BEGIN Provided data

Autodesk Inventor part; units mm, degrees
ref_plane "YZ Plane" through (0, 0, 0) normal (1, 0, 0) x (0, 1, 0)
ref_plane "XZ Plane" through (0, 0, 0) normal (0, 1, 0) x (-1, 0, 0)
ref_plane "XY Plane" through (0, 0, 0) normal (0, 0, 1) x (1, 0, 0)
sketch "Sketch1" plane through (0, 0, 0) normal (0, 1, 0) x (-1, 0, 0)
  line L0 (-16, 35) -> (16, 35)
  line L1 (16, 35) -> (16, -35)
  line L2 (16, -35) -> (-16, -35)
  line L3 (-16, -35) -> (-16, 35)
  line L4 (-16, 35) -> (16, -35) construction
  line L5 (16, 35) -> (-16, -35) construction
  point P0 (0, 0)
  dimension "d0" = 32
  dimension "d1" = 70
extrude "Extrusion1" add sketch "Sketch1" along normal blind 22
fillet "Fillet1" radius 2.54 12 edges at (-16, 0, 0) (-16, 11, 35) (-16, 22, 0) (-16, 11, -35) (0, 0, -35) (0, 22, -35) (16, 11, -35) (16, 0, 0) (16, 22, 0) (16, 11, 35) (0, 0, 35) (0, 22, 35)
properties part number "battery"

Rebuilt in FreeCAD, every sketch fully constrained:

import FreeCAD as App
import Part
import Sketcher

V = App.Vector
Q = App.Units.Quantity

doc = App.newDocument("Part")
body = doc.addObject("PartDesign::Body", "Body")

# Sketch on XZ plane
sketch1 = body.newObject("Sketcher::SketchObject", "Sketch")
sketch1.AttachmentSupport = (doc.getObject("XZ_Plane"), [""])
sketch1.MapMode = "FlatFace"
sketch1.addGeometry(Part.LineSegment(V(-16, 35, 0), V(16, 35, 0)), False)
sketch1.addGeometry(Part.LineSegment(V(16, 35, 0), V(16, -35, 0)), False)
sketch1.addGeometry(Part.LineSegment(V(16, -35, 0), V(-16, -35, 0)), False)
sketch1.addGeometry(Part.LineSegment(V(-16, -35, 0), V(-16, 35, 0)), False)
sketch1.addConstraint(Sketcher.Constraint("Coincident", 0, 2, 1, 1))
sketch1.addConstraint(Sketcher.Constraint("Coincident", 1, 2, 2, 1))
sketch1.addConstraint(Sketcher.Constraint("Coincident", 2, 2, 3, 1))
sketch1.addConstraint(Sketcher.Constraint("Coincident", 3, 2, 0, 1))
sketch1.addConstraint(Sketcher.Constraint("Horizontal", 0))
sketch1.addConstraint(Sketcher.Constraint("Vertical", 1))
sketch1.addConstraint(Sketcher.Constraint("Horizontal", 2))
sketch1.addConstraint(Sketcher.Constraint("Vertical", 3))
sketch1.addConstraint(Sketcher.Constraint("Symmetric", 0, 2, 2, 2, -1, 1))
sketch1.addConstraint(Sketcher.Constraint("DistanceX", 0, 1, 0, 2, Q("32 mm")))
sketch1.addConstraint(Sketcher.Constraint("DistanceY", 1, 2, 1, 1, Q("70 mm")))
pad1 = body.newObject("PartDesign::Pad", "Pad")
pad1.Profile = sketch1
pad1.Length = 22
pad1.Reversed = True
doc.recompute()

fillet = body.newObject("PartDesign::Fillet", "Fillet")
fillet.Base = (pad1, ["Edge1"])
fillet.UseAllEdges = True
fillet.Radius = 2.54

doc.recompute()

END Provided data

_What you need to do_. Repeat the data in full. Nothing may be dropped or altered.

_Output for this exercise_.
Autodesk Inventor part; units mm, degrees
ref_plane "YZ Plane" through (0, 0, 0) normal (1, 0, 0) x (0, 1, 0)
ref_plane "XZ Plane" through (0, 0, 0) normal (0, 1, 0) x (-1, 0, 0)
ref_plane "XY Plane" through (0, 0, 0) normal (0, 0, 1) x (1, 0, 0)
sketch "Sketch1" plane through (0, 0, 0) normal (0, 1, 0) x (-1, 0, 0)
  line L0 (-16, 35) -> (16, 35)
  line L1 (16, 35) -> (16, -35)
  line L2 (16, -35) -> (-16, -35)
  line L3 (-16, -35) -> (-16, 35)
  line L4 (-16, 35) -> (16, -35) construction
  line L5 (16, 35) -> (-16, -35) construction
  point P0 (0, 0)
  dimension "d0" = 32
  dimension "d1" = 70
extrude "Extrusion1" add sketch "Sketch1" along normal blind 22
fillet "Fillet1" radius 2.54 12 edges at (-16, 0, 0) (-16, 11, 35) (-16, 22, 0) (-16, 11, -35) (0, 0, -35) (0, 22, -35) (16, 11, -35) (16, 0, 0) (16, 22, 0) (16, 11, 35) (0, 0, 35) (0, 22, 35)
properties part number "battery"

Rebuilt in FreeCAD, every sketch fully constrained:

import FreeCAD as App
import Part
import Sketcher

V = App.Vector
Q = App.Units.Quantity

doc = App.newDocument("Part")
body = doc.addObject("PartDesign::Body", "Body")

# Sketch on XZ plane
sketch1 = body.newObject("Sketcher::SketchObject", "Sketch")
sketch1.AttachmentSupport = (doc.getObject("XZ_Plane"), [""])
sketch1.MapMode = "FlatFace"
sketch1.addGeometry(Part.LineSegment(V(-16, 35, 0), V(16, 35, 0)), False)
sketch1.addGeometry(Part.LineSegment(V(16, 35, 0), V(16, -35, 0)), False)
sketch1.addGeometry(Part.LineSegment(V(16, -35, 0), V(-16, -35, 0)), False)
sketch1.addGeometry(Part.LineSegment(V(-16, -35, 0), V(-16, 35, 0)), False)
sketch1.addConstraint(Sketcher.Constraint("Coincident", 0, 2, 1, 1))
sketch1.addConstraint(Sketcher.Constraint("Coincident", 1, 2, 2, 1))
sketch1.addConstraint(Sketcher.Constraint("Coincident", 2, 2, 3, 1))
sketch1.addConstraint(Sketcher.Constraint("Coincident", 3, 2, 0, 1))
sketch1.addConstraint(Sketcher.Constraint("Horizontal", 0))
sketch1.addConstraint(Sketcher.Constraint("Vertical", 1))
sketch1.addConstraint(Sketcher.Constraint("Horizontal", 2))
sketch1.addConstraint(Sketcher.Constraint("Vertical", 3))
sketch1.addConstraint(Sketcher.Constraint("Symmetric", 0, 2, 2, 2, -1, 1))
sketch1.addConstraint(Sketcher.Constraint("DistanceX", 0, 1, 0, 2, Q("32 mm")))
sketch1.addConstraint(Sketcher.Constraint("DistanceY", 1, 2, 1, 1, Q("70 mm")))
pad1 = body.newObject("PartDesign::Pad", "Pad")
pad1.Profile = sketch1
pad1.Length = 22
pad1.Reversed = True
doc.recompute()

fillet = body.newObject("PartDesign::Fillet", "Fillet")
fillet.Base = (pad1, ["Edge1"])
fillet.UseAllEdges = True
fillet.Radius = 2.54

doc.recompute()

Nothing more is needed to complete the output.